9511 Lake Shore Boulevard "Katewood"
Plat No. 631-01-002
James and Clara Salisbury acquired the twelve-acre property from Mary Bratenahl on October 27, 1870.
Albert and Katherine Holden acquired the eleven and one-half acres east of the home of Albert's father, Liberty Holden, on June 7, 1899. The property that once was Liberty Holden's cow pasture extended to Louis Avenue with Lake Erie to the north and Salisbury Avenue to the south. Construction of an 8,600 square-foot Shingle-style summer cottage designed by Alfred Hoyt Granger began shortly thereafter.
Alfred Hoyt Granger, a native of Ohio, studied at the Massachusetts Institute of Technology and the Ecole des Beaux-Arts. A partnership of Granger with Frank B. Meade lasted from 1894 to 1897, after which Granger joined his brother-in-law, Charles Sumner Frost, in the firm of Frost & Granger in Chicago.
Albert named his new home, Katewood, in honor of his wife. Other buildings on the property included an ice house, horse stable, and a cow barn.
Albert, Katherine, and their young daughters happily moved in, far from the soot and commercialism that had begun to drift over the grand homes of Euclid Avenue. It was a Victorian country house, with all shingles stained dark green. The elegant interior contrasted with the “cottage” understatement. The hall, the living room, and the dining room each had a fireplace. Three additional fireplaces were in the six bedrooms on the second floor, and two more on the third floor, all in addition to two coal-fired furnaces.
A house staff of seven used all the latest developments for housekeeping – a slide-in gas clothes dryer, and a walk-in cold room with ice delivery every other day.
Some features in the home were especially intriguing. The fireplace in the living room had a mantle over it that was the back of a sideboard. The mantle was part of the furnishing of the conqueror Cortez. It had come into the possession of the dictator of Mexico, Porfirio Diaz, at the turn of the century. The piece was given to Albert Holden in appreciation for the work he had done to develop Mexican gold and silver mines.

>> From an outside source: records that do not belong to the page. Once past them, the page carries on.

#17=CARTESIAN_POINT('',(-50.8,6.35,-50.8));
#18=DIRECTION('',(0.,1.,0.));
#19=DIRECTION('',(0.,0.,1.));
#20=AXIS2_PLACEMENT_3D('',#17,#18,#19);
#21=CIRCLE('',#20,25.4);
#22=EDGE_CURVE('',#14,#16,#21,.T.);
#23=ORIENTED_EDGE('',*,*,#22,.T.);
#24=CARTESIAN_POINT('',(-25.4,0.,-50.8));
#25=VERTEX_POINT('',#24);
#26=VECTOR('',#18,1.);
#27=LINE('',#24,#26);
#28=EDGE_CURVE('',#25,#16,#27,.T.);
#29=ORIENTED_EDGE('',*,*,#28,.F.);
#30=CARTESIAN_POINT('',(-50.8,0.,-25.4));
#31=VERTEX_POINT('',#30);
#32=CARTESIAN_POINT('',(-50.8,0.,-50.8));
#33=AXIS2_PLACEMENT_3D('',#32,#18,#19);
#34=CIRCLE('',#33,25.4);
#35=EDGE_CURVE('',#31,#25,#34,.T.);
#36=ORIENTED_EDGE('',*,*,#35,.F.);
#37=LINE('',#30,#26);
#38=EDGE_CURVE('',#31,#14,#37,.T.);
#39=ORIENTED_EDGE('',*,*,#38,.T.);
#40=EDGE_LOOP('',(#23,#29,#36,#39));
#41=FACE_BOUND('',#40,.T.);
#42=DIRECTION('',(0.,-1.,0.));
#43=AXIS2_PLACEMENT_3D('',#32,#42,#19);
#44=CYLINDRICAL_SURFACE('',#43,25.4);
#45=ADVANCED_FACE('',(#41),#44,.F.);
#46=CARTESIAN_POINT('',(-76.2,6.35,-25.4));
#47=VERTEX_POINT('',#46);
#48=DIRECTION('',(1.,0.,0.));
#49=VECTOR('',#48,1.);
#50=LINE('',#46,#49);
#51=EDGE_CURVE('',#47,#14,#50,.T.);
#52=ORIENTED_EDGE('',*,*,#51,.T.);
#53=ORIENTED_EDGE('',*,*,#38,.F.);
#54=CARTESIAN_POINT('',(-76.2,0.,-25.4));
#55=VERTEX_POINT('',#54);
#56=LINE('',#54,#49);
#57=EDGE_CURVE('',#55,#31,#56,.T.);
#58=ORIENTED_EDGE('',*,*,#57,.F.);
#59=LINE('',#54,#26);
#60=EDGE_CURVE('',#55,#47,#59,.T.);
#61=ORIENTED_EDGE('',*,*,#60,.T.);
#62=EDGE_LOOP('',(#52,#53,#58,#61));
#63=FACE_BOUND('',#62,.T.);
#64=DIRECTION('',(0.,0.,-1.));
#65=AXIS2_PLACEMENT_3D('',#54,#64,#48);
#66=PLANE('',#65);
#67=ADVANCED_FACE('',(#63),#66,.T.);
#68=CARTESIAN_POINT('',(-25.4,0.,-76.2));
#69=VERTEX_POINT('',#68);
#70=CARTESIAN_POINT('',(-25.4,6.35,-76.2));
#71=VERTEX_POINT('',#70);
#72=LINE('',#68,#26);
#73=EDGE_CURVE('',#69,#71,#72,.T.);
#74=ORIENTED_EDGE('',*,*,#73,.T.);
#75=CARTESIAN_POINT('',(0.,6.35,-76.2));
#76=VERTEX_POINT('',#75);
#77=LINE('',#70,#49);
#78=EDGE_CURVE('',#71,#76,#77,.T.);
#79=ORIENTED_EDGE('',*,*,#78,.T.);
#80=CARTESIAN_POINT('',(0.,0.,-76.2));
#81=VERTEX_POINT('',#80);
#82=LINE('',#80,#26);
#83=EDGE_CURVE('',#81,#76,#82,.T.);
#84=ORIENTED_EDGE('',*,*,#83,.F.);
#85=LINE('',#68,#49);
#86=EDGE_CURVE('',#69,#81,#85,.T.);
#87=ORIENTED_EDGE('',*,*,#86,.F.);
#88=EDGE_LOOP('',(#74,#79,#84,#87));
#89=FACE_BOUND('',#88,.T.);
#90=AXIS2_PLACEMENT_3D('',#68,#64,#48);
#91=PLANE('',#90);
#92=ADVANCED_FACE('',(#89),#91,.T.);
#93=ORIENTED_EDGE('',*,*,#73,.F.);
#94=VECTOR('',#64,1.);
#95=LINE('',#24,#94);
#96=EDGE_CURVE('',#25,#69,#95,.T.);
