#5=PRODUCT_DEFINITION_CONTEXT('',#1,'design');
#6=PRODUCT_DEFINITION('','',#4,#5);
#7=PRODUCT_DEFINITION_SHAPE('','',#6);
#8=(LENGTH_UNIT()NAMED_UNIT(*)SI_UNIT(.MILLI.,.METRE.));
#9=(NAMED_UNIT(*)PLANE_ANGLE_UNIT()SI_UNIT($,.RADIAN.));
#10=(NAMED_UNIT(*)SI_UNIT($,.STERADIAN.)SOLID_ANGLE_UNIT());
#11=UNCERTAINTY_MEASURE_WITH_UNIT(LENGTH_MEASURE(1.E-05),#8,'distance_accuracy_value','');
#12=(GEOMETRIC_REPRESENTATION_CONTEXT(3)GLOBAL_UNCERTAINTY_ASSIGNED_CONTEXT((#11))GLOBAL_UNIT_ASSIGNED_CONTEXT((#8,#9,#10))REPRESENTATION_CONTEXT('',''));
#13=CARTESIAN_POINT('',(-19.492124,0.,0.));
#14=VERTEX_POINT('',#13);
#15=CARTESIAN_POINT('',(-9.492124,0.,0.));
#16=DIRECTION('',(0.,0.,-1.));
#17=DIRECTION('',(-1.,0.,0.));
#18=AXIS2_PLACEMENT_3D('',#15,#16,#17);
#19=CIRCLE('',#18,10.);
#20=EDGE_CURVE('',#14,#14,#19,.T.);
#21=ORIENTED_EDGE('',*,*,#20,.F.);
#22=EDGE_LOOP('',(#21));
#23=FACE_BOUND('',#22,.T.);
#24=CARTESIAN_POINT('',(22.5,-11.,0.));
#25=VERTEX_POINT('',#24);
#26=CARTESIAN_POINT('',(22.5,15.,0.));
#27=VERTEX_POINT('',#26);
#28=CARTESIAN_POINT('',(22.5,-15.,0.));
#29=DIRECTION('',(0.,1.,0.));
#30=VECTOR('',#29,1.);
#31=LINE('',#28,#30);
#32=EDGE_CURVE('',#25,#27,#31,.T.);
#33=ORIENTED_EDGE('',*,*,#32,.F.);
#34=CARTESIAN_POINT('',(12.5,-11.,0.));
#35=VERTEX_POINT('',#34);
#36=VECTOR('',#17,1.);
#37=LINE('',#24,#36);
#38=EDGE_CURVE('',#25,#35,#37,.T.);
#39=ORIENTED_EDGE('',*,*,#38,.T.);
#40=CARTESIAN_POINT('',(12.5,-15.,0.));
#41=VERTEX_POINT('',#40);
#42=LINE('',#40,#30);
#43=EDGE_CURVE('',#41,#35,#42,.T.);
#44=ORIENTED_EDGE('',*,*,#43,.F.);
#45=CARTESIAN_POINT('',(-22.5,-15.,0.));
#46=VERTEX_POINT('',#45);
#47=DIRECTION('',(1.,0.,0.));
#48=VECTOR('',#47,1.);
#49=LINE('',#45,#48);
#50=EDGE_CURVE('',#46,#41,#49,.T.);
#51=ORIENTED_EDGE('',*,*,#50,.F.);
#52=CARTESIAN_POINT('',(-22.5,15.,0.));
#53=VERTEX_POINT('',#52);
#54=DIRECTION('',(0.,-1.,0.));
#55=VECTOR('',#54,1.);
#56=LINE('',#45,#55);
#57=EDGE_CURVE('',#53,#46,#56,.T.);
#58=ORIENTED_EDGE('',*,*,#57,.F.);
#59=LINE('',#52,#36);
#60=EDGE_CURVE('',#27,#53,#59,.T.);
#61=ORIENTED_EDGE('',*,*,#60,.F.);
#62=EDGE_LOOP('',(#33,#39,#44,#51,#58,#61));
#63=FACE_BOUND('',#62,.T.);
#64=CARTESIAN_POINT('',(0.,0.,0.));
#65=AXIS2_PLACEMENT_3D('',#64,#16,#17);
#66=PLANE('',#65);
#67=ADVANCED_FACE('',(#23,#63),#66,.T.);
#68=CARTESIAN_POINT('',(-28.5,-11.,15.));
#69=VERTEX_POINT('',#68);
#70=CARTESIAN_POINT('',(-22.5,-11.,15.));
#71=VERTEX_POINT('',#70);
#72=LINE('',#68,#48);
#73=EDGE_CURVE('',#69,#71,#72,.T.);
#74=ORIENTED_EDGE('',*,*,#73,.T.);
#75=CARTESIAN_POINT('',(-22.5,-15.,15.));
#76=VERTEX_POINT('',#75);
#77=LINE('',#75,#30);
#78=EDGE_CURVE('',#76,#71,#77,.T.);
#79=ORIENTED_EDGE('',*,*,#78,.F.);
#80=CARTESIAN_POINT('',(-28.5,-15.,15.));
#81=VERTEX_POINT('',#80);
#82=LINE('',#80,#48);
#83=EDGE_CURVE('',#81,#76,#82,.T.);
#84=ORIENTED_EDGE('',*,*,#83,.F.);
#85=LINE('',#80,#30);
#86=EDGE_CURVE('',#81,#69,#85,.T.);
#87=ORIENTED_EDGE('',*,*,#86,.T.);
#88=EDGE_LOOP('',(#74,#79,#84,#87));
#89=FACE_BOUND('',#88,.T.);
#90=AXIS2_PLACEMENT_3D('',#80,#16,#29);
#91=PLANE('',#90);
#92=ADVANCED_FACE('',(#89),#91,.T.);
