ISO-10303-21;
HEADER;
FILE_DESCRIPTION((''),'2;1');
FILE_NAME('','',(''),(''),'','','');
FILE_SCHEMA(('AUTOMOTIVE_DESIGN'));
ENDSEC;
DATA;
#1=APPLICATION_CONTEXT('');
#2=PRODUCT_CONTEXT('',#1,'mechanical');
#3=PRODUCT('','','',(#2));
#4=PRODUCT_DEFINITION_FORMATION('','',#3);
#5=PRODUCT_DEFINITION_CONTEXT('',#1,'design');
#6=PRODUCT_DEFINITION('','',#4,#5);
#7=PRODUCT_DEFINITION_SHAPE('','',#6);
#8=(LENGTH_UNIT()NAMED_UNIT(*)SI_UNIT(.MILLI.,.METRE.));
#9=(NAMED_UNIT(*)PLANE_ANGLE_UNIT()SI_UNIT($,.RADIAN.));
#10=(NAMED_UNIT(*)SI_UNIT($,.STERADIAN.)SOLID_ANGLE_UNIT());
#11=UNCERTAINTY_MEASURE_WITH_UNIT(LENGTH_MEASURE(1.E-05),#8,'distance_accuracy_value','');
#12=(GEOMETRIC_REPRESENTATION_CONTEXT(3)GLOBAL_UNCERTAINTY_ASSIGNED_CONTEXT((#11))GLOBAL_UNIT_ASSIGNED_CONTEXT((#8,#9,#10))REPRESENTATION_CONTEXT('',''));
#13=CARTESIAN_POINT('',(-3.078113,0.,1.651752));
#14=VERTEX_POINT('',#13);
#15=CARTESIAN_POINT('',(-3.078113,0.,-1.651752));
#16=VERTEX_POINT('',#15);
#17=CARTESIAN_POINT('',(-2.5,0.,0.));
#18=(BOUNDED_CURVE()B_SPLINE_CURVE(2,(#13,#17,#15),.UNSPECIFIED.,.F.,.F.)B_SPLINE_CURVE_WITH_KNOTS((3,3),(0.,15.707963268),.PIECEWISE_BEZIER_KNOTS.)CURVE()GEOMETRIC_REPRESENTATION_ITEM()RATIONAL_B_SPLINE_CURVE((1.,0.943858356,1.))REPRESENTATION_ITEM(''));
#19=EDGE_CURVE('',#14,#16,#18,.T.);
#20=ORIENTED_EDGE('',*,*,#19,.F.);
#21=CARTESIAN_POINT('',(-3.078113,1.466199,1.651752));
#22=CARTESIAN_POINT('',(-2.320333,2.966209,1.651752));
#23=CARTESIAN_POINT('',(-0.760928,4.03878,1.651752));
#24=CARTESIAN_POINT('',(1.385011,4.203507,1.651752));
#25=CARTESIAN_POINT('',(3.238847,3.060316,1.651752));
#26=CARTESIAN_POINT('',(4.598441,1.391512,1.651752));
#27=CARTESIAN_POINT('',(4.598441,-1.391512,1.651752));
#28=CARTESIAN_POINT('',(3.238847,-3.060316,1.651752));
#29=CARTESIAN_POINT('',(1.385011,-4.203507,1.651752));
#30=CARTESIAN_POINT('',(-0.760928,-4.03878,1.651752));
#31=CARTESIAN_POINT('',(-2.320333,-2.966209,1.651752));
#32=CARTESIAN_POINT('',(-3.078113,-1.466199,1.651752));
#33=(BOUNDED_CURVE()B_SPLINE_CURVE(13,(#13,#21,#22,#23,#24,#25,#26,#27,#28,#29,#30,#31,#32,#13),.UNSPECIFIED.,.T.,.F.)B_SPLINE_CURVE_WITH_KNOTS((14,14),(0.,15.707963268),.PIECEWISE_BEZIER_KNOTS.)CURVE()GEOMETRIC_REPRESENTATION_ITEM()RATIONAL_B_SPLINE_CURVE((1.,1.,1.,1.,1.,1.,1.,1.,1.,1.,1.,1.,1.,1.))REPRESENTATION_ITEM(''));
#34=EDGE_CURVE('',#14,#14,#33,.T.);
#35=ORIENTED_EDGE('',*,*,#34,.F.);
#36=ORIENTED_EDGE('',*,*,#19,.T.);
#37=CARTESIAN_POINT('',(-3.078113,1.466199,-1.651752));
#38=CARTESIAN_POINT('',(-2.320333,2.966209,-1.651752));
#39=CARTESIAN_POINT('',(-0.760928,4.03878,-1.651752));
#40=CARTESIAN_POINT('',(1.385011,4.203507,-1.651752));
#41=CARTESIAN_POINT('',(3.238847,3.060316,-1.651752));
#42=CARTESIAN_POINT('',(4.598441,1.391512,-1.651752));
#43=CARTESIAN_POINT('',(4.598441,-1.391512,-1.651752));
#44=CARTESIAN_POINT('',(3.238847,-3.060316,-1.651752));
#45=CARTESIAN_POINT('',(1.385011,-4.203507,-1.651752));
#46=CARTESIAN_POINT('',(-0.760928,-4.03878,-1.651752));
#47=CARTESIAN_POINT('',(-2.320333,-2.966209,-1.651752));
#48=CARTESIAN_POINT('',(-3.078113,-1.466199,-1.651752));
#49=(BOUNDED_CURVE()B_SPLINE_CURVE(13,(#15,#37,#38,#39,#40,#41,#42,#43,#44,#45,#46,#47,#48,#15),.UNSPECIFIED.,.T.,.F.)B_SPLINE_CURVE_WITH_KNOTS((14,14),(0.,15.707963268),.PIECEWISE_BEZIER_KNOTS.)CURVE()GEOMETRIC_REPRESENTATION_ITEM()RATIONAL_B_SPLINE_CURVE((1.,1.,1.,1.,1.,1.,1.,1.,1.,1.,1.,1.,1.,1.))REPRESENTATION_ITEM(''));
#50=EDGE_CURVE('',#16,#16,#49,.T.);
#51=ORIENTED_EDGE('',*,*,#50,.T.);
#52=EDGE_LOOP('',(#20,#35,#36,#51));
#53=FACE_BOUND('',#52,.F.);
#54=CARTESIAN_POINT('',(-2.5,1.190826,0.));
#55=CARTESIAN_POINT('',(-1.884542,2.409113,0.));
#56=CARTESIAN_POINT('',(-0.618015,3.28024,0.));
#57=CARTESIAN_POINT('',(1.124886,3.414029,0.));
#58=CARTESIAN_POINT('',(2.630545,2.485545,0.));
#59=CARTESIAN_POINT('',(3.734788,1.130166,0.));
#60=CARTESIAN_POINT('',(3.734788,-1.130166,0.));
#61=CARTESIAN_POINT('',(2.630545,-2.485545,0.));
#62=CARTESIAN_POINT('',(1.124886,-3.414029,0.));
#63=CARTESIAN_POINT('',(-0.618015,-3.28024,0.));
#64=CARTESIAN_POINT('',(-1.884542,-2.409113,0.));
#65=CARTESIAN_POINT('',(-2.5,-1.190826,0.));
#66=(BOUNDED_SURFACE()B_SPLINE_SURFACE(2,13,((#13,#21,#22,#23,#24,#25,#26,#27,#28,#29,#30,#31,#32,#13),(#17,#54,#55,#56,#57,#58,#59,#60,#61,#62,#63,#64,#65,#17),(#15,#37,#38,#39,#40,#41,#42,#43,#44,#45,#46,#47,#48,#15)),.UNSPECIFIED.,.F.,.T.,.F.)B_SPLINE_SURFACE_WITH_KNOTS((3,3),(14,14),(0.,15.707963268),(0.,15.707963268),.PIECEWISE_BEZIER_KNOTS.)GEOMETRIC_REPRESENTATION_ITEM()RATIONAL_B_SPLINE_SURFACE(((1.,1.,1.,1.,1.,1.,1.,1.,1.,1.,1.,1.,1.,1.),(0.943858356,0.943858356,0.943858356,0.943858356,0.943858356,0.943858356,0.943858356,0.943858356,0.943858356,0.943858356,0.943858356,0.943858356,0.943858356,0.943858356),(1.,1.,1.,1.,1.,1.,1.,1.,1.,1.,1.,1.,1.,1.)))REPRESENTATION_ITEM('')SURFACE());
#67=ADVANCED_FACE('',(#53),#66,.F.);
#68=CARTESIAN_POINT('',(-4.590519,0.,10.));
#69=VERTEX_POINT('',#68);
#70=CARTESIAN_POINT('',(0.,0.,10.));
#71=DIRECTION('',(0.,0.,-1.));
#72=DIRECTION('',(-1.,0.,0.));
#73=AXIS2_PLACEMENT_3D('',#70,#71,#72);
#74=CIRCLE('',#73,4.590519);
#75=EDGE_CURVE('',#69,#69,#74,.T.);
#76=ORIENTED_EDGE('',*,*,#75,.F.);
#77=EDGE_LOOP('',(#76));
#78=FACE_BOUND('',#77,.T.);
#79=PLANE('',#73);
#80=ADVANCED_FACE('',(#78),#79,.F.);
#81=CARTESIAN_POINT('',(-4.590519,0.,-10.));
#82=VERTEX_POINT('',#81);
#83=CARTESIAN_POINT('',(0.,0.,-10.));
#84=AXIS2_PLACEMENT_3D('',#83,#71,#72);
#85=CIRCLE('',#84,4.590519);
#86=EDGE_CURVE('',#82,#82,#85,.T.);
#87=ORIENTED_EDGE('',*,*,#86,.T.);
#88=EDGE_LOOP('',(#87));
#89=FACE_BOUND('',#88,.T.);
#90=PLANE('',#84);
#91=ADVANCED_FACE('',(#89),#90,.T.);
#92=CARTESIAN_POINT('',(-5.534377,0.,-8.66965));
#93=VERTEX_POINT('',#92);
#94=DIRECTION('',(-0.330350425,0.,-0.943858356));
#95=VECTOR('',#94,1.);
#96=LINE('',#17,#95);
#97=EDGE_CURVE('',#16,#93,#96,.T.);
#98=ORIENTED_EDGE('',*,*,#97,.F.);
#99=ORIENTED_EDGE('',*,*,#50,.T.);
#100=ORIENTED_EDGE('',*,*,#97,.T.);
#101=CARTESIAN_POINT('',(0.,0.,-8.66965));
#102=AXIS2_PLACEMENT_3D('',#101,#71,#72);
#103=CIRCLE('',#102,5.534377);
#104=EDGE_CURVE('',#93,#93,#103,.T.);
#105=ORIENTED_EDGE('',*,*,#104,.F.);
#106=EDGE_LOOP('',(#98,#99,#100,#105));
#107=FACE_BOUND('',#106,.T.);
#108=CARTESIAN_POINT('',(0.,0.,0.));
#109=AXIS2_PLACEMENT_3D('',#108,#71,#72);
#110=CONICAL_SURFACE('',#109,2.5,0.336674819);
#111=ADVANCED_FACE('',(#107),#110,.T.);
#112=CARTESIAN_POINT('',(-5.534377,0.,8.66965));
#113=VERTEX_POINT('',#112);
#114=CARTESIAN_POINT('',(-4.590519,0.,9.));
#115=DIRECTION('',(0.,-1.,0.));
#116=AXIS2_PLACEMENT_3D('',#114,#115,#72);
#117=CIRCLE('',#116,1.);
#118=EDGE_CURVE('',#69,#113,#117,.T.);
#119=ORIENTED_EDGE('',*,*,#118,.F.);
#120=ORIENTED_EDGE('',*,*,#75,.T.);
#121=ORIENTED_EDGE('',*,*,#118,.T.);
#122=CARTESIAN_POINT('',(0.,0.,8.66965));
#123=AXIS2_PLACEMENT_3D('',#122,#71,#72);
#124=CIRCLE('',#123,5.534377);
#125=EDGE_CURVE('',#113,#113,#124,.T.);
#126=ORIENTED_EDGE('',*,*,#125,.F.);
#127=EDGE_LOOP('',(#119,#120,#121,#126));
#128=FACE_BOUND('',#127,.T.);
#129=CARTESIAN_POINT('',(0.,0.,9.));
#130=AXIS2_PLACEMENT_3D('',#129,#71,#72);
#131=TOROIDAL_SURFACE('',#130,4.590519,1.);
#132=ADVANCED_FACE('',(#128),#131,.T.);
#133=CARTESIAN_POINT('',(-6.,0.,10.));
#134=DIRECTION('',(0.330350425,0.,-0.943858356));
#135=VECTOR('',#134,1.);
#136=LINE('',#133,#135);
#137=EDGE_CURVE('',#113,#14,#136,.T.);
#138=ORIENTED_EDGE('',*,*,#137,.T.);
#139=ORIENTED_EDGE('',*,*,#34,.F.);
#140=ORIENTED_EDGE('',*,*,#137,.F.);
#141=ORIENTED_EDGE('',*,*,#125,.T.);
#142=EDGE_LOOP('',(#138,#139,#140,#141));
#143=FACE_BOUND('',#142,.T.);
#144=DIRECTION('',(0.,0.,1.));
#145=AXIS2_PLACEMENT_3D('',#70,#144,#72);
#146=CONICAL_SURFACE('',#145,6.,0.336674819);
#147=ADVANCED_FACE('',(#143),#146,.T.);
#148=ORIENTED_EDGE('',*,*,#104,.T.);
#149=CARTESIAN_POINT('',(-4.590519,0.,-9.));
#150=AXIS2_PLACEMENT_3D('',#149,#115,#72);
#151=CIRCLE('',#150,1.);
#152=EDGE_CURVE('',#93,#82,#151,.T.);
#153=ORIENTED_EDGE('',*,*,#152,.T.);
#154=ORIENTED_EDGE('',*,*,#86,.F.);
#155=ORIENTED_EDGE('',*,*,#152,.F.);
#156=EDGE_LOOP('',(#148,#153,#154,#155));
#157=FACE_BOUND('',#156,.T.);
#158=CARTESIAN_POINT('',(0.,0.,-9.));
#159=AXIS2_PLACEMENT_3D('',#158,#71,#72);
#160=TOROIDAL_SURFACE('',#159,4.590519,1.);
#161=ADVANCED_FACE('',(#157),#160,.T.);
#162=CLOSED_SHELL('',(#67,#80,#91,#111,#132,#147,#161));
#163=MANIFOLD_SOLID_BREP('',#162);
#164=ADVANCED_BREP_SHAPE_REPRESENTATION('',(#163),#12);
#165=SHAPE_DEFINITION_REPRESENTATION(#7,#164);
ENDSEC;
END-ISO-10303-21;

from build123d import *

# Parameters (mm, degrees)
F2_R = 1
F3_R = 5


with BuildPart() as f1:
    # F0 (on Front) → F1 (revolve)
    with BuildSketch(Plane.XZ):
        Polygon((0, -10), (0, 10), (-6, 10), (-2.5, 0), (-6, -10), align=None)
    revolve(axis=Axis((0, 0, 0), (0, 0, -1)))

    # F2
    f2_edges = [f1.edges().sort_by_distance(p)[0] for p in [
        (6, 0, 10),
        (6, 0, -10),
    ]]
    fillet(f2_edges, radius=F2_R)

    # F3
    f3_edges = [f1.edges().sort_by_distance(p)[0] for p in [
        (2.5, 0, 0),
    ]]
    fillet(f3_edges, radius=F3_R)


solid = f1.part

Sometime in the ,1940s, during the remodeling of the library, the murals over the French doors were painted with scenes of the property. The house was also reputed to have a ghost. Several people took it as a fact.
A mysterious feature of the house was a secret closet. Many homes built in the period had them because there were no banks or safe deposit boxes.
The Katewood garage and greenhouse were located at 9307 Lake Shore Boulevard.
Henry and Emery May Norweb took possession of Katewood from the Cleveland Trust Bank on November 22, 1920. On September 25, 1984, the remaining contents from Katewood and the estate of Emery May and Henry Norweb were auctioned on the premises by Christie’s of New York. This was not an ordinary yard sale. Some parked over a mile away took a shuttle to a large yellow and white tent that seated hundreds. About 1,200 people showed up for the auction.
Michael D. Makinen acquired Katewood from Ameritrust on December 18, 1989. Having sat empty for eight years, Katewood was on view as the 1992 Designer Hope House.